INFORMATION SUPPLIED –
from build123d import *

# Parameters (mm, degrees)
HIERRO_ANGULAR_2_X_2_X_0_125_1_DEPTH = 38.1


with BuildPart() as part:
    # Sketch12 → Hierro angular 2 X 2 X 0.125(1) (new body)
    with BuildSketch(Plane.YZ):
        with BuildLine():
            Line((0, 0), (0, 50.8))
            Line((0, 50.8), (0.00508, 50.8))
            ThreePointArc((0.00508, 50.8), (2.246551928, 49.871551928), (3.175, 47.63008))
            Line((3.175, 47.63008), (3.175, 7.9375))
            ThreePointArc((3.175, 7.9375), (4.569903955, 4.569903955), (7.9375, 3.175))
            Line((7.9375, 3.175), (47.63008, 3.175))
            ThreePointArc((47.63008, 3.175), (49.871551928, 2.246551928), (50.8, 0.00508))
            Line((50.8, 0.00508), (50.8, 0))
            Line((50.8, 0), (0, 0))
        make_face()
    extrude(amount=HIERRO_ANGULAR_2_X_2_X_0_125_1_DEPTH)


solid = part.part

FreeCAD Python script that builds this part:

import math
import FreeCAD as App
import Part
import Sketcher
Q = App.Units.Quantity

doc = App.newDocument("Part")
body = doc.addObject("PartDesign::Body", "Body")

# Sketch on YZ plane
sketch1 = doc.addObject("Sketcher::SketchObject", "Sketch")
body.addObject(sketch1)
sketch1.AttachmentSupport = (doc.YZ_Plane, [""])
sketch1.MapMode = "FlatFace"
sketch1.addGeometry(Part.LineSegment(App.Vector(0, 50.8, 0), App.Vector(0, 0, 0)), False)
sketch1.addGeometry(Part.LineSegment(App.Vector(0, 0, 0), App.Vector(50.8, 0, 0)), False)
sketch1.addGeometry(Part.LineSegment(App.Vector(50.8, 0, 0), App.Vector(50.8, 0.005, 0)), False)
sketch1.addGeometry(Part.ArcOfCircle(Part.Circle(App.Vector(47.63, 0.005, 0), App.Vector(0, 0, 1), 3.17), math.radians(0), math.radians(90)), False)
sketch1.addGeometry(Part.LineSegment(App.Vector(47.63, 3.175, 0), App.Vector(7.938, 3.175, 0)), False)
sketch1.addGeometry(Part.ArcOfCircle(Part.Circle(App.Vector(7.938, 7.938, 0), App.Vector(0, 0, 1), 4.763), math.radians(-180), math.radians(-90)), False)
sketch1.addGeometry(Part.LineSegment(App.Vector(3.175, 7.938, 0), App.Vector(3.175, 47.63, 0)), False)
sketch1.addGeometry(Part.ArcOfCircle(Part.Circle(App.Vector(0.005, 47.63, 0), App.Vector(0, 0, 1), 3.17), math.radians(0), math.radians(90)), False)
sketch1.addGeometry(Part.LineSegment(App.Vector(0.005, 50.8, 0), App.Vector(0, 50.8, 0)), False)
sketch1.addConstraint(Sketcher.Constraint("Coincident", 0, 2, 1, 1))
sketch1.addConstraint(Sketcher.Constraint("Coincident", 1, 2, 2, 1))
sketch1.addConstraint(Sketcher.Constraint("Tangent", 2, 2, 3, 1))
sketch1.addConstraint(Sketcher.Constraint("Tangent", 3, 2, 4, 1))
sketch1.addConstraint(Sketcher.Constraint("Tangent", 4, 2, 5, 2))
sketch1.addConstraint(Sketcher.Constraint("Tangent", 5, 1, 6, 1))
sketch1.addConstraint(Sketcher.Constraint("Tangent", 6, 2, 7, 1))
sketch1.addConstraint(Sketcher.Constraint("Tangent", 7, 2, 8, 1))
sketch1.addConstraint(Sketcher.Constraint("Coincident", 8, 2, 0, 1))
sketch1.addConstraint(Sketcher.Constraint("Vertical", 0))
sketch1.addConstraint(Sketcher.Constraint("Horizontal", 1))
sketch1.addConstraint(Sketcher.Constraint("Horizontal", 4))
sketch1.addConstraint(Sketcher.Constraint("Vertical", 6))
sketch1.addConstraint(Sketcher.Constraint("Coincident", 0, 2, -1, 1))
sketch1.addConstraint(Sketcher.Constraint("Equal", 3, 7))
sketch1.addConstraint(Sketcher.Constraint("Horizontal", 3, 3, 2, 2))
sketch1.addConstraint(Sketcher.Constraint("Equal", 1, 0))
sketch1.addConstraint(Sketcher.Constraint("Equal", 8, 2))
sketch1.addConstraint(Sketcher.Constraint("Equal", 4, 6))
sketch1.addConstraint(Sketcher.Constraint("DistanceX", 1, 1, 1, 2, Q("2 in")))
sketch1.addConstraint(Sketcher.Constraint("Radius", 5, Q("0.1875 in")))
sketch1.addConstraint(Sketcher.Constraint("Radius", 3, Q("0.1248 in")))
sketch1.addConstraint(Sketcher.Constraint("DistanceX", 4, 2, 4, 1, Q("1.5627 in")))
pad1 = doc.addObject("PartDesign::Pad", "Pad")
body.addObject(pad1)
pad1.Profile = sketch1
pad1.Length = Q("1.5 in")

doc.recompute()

--

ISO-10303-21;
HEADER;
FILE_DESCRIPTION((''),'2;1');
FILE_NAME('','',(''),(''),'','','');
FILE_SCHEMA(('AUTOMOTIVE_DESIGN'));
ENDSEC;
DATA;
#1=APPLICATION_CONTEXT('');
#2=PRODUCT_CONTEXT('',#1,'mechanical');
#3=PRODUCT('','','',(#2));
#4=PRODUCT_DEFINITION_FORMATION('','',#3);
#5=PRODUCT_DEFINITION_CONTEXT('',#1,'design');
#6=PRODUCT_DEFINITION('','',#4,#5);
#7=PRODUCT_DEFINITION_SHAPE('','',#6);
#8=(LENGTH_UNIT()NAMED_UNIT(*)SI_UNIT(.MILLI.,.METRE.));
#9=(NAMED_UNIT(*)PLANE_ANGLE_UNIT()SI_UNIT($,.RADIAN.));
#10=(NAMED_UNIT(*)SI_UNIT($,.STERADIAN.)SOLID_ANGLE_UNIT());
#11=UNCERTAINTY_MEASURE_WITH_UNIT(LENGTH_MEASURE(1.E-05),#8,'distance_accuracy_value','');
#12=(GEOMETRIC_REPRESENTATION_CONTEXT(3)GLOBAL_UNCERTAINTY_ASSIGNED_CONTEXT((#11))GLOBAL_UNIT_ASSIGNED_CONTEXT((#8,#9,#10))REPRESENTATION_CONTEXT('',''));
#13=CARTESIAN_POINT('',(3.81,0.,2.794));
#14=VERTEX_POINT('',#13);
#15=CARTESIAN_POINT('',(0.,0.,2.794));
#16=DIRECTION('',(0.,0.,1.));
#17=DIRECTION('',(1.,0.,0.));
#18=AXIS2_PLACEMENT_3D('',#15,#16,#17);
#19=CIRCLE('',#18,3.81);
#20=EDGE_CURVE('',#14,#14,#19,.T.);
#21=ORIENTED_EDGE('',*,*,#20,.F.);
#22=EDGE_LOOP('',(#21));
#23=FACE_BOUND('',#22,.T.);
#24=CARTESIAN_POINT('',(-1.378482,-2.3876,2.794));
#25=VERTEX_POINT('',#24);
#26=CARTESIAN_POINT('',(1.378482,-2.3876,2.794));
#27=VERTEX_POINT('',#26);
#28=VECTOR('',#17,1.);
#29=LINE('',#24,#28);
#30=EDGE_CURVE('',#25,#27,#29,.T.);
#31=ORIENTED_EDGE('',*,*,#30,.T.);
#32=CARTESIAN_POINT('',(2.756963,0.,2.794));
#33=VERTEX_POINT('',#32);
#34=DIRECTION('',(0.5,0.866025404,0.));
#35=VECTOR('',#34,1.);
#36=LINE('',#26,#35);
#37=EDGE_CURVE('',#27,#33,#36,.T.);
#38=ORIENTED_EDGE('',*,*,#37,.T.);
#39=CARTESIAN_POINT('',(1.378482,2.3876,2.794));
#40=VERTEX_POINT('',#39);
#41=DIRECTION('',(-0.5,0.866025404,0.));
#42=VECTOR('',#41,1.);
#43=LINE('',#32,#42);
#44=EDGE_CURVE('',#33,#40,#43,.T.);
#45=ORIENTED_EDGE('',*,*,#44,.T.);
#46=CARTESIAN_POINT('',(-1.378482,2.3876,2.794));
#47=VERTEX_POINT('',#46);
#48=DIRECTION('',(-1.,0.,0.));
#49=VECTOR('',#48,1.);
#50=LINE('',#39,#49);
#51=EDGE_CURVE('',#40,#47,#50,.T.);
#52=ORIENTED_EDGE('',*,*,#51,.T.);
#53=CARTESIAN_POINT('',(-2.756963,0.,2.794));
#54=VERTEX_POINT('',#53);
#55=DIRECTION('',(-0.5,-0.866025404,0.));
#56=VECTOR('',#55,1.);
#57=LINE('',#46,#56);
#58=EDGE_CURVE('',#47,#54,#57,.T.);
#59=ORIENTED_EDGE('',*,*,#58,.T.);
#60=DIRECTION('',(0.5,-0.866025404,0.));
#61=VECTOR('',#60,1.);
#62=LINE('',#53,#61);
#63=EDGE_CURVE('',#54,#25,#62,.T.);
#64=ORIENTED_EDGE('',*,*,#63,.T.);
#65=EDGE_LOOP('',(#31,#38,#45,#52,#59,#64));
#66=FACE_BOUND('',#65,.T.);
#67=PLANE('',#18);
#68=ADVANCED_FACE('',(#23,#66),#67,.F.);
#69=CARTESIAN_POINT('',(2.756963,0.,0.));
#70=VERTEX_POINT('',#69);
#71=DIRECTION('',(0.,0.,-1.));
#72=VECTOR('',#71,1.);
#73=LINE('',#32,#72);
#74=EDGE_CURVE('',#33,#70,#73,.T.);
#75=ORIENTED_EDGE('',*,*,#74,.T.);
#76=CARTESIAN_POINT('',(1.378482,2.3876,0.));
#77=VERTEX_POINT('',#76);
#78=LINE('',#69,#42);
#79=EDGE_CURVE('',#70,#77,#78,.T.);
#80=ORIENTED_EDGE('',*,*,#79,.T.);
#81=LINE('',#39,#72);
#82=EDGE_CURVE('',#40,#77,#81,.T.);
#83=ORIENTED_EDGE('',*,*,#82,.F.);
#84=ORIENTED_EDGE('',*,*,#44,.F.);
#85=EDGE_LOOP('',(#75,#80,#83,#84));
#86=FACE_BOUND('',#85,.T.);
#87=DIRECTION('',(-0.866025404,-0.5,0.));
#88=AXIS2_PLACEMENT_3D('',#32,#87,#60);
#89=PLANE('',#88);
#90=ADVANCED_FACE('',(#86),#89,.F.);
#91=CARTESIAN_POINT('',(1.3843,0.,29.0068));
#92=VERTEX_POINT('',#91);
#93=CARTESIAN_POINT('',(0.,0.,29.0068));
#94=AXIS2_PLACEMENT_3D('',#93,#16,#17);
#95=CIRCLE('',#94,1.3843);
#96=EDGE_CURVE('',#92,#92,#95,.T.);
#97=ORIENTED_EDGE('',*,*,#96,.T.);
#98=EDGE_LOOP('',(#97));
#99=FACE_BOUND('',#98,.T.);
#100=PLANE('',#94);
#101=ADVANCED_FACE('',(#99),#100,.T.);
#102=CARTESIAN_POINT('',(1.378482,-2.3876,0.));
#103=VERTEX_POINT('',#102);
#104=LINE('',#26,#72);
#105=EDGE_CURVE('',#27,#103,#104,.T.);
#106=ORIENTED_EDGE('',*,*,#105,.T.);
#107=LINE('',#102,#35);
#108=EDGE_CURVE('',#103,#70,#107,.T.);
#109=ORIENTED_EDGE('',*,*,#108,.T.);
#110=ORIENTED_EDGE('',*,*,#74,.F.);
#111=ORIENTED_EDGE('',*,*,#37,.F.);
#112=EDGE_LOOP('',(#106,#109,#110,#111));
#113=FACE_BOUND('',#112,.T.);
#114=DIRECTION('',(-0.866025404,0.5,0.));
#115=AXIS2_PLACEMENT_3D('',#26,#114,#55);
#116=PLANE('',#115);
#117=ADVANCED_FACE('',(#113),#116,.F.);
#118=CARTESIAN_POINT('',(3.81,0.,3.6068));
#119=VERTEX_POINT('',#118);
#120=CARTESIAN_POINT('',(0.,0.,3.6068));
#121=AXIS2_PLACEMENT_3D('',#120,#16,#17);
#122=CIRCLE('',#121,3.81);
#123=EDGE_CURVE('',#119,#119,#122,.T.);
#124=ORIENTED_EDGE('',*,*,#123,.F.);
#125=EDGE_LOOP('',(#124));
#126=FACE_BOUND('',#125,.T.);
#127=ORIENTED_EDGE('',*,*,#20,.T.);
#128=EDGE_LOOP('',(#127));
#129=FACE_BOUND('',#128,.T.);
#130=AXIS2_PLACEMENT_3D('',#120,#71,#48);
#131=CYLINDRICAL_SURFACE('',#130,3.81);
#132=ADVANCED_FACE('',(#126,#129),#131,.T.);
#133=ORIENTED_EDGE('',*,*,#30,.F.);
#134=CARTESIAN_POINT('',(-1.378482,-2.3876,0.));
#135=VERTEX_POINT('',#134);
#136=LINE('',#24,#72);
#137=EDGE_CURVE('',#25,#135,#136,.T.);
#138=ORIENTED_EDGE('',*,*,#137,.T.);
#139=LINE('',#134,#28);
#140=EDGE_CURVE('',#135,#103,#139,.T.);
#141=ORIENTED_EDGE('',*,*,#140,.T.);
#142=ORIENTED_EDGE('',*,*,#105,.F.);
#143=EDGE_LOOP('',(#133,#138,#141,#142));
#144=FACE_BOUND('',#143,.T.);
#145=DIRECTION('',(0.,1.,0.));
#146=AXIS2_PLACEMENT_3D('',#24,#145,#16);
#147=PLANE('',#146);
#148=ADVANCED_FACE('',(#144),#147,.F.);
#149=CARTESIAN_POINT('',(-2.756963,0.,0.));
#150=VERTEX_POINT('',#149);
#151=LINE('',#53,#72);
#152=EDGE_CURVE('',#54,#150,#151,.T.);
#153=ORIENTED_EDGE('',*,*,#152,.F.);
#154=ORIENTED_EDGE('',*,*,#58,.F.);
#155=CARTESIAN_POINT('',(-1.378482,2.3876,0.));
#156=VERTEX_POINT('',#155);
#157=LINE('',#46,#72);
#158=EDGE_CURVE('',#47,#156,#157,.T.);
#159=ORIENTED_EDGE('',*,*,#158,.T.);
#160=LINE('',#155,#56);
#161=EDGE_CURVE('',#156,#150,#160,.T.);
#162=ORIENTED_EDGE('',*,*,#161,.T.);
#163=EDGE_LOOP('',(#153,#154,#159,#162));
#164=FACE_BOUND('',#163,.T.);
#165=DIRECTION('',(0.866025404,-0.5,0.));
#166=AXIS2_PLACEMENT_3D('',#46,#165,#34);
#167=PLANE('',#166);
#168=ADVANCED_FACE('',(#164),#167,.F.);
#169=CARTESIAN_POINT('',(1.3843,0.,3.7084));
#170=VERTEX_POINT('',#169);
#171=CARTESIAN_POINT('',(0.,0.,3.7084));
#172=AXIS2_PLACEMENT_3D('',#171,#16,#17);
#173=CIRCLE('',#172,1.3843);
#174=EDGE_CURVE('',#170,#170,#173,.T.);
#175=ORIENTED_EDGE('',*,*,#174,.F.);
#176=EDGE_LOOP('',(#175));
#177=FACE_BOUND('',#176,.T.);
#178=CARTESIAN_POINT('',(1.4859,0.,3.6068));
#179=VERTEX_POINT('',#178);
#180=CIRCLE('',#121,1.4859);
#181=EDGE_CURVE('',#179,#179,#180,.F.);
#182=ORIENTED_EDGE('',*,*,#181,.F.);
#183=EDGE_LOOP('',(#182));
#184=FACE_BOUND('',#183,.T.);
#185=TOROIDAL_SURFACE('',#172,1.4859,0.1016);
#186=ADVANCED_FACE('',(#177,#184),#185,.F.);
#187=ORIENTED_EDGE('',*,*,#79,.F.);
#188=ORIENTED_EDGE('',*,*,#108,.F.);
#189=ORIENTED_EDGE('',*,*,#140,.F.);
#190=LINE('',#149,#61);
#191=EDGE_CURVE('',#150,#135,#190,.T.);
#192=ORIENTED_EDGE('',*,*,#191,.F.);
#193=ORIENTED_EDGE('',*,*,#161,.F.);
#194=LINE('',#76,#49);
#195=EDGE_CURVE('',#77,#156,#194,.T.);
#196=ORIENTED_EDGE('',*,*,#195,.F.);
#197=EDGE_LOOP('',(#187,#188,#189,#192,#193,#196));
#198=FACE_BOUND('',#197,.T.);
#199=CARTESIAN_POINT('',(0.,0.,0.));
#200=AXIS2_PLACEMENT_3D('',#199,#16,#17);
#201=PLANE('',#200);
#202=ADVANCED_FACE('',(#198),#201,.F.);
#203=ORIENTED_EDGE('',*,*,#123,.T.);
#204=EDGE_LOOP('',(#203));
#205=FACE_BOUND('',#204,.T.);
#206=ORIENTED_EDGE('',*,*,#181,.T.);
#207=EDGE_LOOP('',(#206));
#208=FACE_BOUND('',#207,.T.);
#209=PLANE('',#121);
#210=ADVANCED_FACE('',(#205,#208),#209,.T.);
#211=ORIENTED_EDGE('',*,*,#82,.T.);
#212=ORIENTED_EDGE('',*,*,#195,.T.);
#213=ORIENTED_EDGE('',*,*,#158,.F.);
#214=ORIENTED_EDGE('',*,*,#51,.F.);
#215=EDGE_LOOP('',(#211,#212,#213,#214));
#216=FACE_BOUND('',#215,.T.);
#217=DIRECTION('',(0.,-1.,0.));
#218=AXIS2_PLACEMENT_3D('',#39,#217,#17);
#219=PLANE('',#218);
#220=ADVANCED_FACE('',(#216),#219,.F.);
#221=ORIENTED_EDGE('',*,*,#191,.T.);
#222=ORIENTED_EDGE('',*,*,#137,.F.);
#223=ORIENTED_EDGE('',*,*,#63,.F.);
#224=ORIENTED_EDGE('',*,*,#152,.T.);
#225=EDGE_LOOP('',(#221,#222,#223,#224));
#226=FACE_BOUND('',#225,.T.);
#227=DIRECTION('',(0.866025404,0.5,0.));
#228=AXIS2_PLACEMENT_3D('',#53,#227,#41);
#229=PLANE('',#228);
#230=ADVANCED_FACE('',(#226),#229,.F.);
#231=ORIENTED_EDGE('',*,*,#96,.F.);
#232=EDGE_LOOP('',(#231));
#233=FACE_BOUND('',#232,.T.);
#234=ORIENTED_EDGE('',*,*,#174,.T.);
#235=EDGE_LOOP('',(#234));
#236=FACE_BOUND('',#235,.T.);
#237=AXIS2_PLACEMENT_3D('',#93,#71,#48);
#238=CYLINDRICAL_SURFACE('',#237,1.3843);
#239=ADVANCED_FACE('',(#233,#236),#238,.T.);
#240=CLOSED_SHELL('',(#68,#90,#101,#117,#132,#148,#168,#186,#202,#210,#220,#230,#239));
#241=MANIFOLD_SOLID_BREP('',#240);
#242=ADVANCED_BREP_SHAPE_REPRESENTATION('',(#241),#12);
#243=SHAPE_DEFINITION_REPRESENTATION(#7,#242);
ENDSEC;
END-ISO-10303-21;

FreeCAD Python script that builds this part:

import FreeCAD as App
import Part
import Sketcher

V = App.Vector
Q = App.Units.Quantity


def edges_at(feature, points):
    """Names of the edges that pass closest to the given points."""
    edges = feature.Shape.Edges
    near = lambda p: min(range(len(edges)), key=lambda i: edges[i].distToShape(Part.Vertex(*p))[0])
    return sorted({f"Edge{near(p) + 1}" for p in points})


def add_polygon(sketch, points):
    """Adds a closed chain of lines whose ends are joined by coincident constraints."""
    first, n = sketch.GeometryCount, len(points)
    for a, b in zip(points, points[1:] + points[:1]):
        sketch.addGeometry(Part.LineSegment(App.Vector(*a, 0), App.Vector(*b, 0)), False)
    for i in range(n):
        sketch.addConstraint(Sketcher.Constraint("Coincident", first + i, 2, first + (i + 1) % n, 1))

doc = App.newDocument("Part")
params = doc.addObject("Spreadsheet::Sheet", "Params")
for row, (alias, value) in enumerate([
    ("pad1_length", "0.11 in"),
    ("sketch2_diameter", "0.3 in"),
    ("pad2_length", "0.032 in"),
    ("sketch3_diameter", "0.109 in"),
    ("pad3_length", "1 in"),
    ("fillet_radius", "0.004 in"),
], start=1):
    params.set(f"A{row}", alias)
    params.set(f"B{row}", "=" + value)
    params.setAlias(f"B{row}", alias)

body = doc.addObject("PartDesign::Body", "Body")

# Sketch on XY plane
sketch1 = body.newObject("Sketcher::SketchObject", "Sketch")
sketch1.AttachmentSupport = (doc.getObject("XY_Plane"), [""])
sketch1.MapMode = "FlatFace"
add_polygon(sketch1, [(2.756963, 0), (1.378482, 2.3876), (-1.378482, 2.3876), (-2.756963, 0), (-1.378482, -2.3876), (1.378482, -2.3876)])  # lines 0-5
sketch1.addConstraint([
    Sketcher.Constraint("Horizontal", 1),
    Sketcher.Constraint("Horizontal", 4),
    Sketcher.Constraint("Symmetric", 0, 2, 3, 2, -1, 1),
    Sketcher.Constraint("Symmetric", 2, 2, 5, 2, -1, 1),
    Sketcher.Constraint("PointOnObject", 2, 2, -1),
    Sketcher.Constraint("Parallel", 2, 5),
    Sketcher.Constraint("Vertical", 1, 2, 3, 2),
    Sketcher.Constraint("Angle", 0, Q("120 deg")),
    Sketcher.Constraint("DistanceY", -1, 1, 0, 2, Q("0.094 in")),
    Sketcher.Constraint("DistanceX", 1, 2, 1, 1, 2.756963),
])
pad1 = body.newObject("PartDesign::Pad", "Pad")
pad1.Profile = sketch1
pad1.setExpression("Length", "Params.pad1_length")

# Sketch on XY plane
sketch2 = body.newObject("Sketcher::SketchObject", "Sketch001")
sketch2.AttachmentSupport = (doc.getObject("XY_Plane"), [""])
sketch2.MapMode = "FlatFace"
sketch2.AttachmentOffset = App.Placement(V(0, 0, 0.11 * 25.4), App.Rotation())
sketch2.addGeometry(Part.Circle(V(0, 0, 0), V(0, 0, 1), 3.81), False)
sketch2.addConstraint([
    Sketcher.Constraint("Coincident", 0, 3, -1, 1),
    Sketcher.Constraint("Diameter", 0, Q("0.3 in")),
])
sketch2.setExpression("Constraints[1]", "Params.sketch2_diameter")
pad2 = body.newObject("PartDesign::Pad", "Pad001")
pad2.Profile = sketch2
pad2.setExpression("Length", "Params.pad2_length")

WORK INSTRUCTIONS –
Among the entries above, locate the lines containing "#210=ADVANCED_FACE('',(#205,#208),#209,.T.);" and "#230=ADVANCED_FACE('',(#226),#229,.F.);", and transcribe exactly those two lines and all lines between.

WRITTEN RESPONSE –
#210=ADVANCED_FACE('',(#205,#208),#209,.T.);
#211=ORIENTED_EDGE('',*,*,#82,.T.);
#212=ORIENTED_EDGE('',*,*,#195,.T.);
#213=ORIENTED_EDGE('',*,*,#158,.F.);
#214=ORIENTED_EDGE('',*,*,#51,.F.);
#215=EDGE_LOOP('',(#211,#212,#213,#214));
#216=FACE_BOUND('',#215,.T.);
#217=DIRECTION('',(0.,-1.,0.));
#218=AXIS2_PLACEMENT_3D('',#39,#217,#17);
#219=PLANE('',#218);
#220=ADVANCED_FACE('',(#216),#219,.F.);
#221=ORIENTED_EDGE('',*,*,#191,.T.);
#222=ORIENTED_EDGE('',*,*,#137,.F.);
#223=ORIENTED_EDGE('',*,*,#63,.F.);
#224=ORIENTED_EDGE('',*,*,#152,.T.);
#225=EDGE_LOOP('',(#221,#222,#223,#224));
#226=FACE_BOUND('',#225,.T.);
#227=DIRECTION('',(0.866025404,0.5,0.));
#228=AXIS2_PLACEMENT_3D('',#53,#227,#41);
#229=PLANE('',#228);
#230=ADVANCED_FACE('',(#226),#229,.F.);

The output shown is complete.